Bring Back a Moderate, Unifying Approach to Politics

Crystal Parten, a public school educator and mother of three from Winfield, Georgia, said there were many reasons she supported the Biden/Harris ticket. 

“There really just isn’t one thing,” she told COURIER. “I saw Joe Biden in particular as a moderate, level-headed, experienced, government person. And I do agree with many of the platforms, including stricter gun control and emphasis on public education. And the environment.”

Among the list of things she’d like to see from the Biden White House are issues that affect families. Parten would like to see things like paid maternity leave, free universal pre-K, and early child care for families. These policies, she said, affect everyone, not just mothers.

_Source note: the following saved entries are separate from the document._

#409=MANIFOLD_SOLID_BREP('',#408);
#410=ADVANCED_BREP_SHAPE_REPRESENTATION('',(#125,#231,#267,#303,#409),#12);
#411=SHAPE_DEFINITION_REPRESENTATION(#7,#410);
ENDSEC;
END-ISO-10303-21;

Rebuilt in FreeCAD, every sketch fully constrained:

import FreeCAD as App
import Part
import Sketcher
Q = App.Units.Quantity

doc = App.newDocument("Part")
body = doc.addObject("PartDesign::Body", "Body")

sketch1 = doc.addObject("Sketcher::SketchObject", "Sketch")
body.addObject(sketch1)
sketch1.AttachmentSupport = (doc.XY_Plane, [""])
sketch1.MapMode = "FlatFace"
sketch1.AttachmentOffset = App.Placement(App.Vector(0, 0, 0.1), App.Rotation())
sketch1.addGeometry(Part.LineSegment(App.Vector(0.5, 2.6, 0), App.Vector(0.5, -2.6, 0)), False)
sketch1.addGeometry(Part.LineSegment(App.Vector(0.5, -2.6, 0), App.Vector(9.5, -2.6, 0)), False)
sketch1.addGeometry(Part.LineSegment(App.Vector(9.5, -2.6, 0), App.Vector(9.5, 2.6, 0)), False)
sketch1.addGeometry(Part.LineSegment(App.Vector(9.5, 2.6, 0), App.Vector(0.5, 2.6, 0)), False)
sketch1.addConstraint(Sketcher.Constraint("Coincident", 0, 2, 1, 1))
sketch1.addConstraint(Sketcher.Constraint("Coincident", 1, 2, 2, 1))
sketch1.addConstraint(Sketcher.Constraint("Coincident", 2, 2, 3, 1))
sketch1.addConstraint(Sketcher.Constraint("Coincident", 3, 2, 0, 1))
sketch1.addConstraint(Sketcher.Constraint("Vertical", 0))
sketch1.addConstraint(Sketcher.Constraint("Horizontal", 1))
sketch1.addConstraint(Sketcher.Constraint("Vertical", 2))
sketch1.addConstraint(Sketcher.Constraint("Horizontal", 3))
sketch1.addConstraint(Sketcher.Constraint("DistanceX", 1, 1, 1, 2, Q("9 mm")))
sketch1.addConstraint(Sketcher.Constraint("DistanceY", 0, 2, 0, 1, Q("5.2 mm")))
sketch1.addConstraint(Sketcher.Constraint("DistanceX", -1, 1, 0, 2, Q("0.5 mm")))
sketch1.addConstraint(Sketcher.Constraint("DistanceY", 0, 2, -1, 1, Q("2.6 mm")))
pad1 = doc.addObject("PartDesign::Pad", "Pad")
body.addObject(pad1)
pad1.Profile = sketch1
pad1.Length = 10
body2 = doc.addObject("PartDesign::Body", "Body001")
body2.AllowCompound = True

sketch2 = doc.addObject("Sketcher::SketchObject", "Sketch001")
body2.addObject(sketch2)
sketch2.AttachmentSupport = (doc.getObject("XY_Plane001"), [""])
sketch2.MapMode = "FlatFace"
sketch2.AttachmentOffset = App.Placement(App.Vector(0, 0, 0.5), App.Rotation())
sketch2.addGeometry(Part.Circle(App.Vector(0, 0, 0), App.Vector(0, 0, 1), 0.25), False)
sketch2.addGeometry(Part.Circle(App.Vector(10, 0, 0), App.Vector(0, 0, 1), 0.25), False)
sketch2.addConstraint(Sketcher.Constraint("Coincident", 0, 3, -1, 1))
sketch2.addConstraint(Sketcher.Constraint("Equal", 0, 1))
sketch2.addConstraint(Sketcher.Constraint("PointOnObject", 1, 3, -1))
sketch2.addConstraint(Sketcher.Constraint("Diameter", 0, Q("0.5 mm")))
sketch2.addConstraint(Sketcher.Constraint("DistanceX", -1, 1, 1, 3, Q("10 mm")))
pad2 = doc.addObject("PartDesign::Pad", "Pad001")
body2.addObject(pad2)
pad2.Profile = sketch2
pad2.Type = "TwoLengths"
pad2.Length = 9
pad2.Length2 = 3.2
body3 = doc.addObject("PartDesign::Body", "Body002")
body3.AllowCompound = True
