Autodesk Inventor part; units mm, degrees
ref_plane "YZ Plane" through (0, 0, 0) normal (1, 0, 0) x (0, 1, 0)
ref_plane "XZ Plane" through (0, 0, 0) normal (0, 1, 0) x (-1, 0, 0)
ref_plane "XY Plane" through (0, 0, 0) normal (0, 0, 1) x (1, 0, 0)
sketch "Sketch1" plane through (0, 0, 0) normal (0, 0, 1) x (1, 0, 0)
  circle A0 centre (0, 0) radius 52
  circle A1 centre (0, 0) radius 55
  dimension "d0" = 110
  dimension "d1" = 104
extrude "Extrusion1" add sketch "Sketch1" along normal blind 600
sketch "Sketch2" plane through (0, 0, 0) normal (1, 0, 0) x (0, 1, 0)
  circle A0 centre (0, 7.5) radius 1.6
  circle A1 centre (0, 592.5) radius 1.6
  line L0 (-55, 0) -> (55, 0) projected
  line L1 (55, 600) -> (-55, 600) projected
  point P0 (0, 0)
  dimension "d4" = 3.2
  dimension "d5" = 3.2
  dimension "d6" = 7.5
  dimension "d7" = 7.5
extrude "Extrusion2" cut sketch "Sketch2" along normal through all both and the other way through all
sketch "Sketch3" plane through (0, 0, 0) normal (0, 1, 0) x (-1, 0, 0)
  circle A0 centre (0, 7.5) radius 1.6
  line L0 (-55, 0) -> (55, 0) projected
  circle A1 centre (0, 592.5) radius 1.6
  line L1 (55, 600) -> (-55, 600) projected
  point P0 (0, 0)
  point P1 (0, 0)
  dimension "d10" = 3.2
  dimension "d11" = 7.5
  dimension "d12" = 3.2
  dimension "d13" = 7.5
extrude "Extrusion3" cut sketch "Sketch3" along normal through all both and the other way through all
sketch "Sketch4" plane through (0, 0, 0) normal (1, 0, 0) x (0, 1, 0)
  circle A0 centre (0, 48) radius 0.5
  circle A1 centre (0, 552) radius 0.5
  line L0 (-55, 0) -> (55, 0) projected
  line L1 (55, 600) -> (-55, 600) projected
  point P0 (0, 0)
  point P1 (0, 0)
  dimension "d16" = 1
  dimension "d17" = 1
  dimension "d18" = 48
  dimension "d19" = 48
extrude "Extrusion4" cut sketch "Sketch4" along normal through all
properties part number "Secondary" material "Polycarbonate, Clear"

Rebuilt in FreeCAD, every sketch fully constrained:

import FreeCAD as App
import Part
import Sketcher

doc = App.newDocument("Part")
body = doc.addObject("PartDesign::Body", "Body")

# Sketch on XY plane
sketch1 = body.newObject("Sketcher::SketchObject", "Sketch")
sketch1.AttachmentSupport = (doc.getObject("XY_Plane"), [""])
sketch1.MapMode = "FlatFace"
sketch1.addGeometry([
    Part.Circle(App.Vector(0, 0, 0), App.Vector(0, 0, 1), 55),
    Part.Circle(App.Vector(0, 0, 0), App.Vector(0, 0, 1), 52),
], False)
sketch1.addConstraint([
    Sketcher.Constraint("Coincident", 0, 3, -1, 1),
    Sketcher.Constraint("Coincident", 1, 3, -1, 1),
    Sketcher.Constraint("Diameter", 0, 110.0),
    Sketcher.Constraint("Diameter", 1, 104.0),
])
pad1 = body.newObject("PartDesign::Pad", "Pad")
pad1.Profile = sketch1
pad1.Length = 600

# Sketch on YZ plane
sketch2 = body.newObject("Sketcher::SketchObject", "Sketch001")
sketch2.AttachmentSupport = (doc.getObject("YZ_Plane"), [""])
sketch2.MapMode = "FlatFace"
sketch2.addGeometry([
    Part.Circle(App.Vector(0, 7.5, 0), App.Vector(0, 0, 1), 1.6),
    Part.Circle(App.Vector(0, 592.5, 0), App.Vector(0, 0, 1), 1.6),
], False)
sketch2.addConstraint([
    Sketcher.Constraint("Equal", 0, 1),
    Sketcher.Constraint("PointOnObject", 0, 3, -2),
    Sketcher.Constraint("PointOnObject", 1, 3, -2),
    Sketcher.Constraint("Diameter", 0, 3.2),
    Sketcher.Constraint("DistanceY", -1, 1, 0, 3, 7.5),
    Sketcher.Constraint("DistanceY", 0, 3, 1, 3, 585.0),
])
pocket1 = body.newObject("PartDesign::Pocket", "Pocket")
pocket1.Profile = sketch2
pocket1.Type = "ThroughAll"
pocket1.Midplane = True

# Sketch on XZ plane
sketch3 = body.newObject("Sketcher::SketchObject", "Sketch002")
sketch3.AttachmentSupport = (doc.getObject("XZ_Plane"), [""])
sketch3.MapMode = "FlatFace"
sketch3.addGeometry([
    Part.Circle(App.Vector(0, 7.5, 0), App.Vector(0, 0, 1), 1.6),
    Part.Circle(App.Vector(0, 592.5, 0), App.Vector(0, 0, 1), 1.6),
], False)
sketch3.addConstraint([
    Sketcher.Constraint("Equal", 0, 1),
    Sketcher.Constraint("PointOnObject", 0, 3, -2),
    Sketcher.Constraint("PointOnObject", 1, 3, -2),
    Sketcher.Constraint("Diameter", 0, 3.2),
    Sketcher.Constraint("DistanceY", -1, 1, 0, 3, 7.5),
    Sketcher.Constraint("DistanceY", 0, 3, 1, 3, 585.0),
])
pocket2 = body.newObject("PartDesign::Pocket", "Pocket001")
pocket2.Profile = sketch3
pocket2.Type = "ThroughAll"
pocket2.Midplane = True

# Sketch on YZ plane
sketch4 = body.newObject("Sketcher::SketchObject", "Sketch003")
sketch4.AttachmentSupport = (doc.getObject("YZ_Plane"), [""])
sketch4.MapMode = "FlatFace"
sketch4.addGeometry([
    Part.Circle(App.Vector(0, 48, 0), App.Vector(0, 0, 1), 0.5),
    Part.Circle(App.Vector(0, 552, 0), App.Vector(0, 0, 1), 0.5),
], False)
sketch4.addConstraint([
    Sketcher.Constraint("Equal", 0, 1),
    Sketcher.Constraint("PointOnObject", 0, 3, -2),
    Sketcher.Constraint("PointOnObject", 1, 3, -2),
    Sketcher.Constraint("Diameter", 0, 1.0),
    Sketcher.Constraint("DistanceY", -1, 1, 0, 3, 48.0),
    Sketcher.Constraint("DistanceY", -1, 1, 1, 3, 552.0),
])
pocket3 = body.newObject("PartDesign::Pocket", "Pocket002")
pocket3.Profile = sketch4
pocket3.Type = "ThroughAll"
pocket3.Reversed = True

doc.recompute()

Affordable child care and free pre-K would help bring more people out of poverty and into the middle and upper classes because they would actually be able to pay off loans or go to school, being able to save that money, she explained.

Broadly, Parten is hopeful that Biden can bring people back together on polarizing issues, including how to handle COVID-19. She thinks he’ll be able to reach across the aisle and bring people back from the fringe, and set a role model for this and the next generation on how to be civically engaged in a positive way. 

“But I think that overall, he brings moderation back to Washington and I hope that a Biden-Harris [administration] is going to be what can bring the two sides together a little bit more to make Washington work better for me, of course, but for all of us.”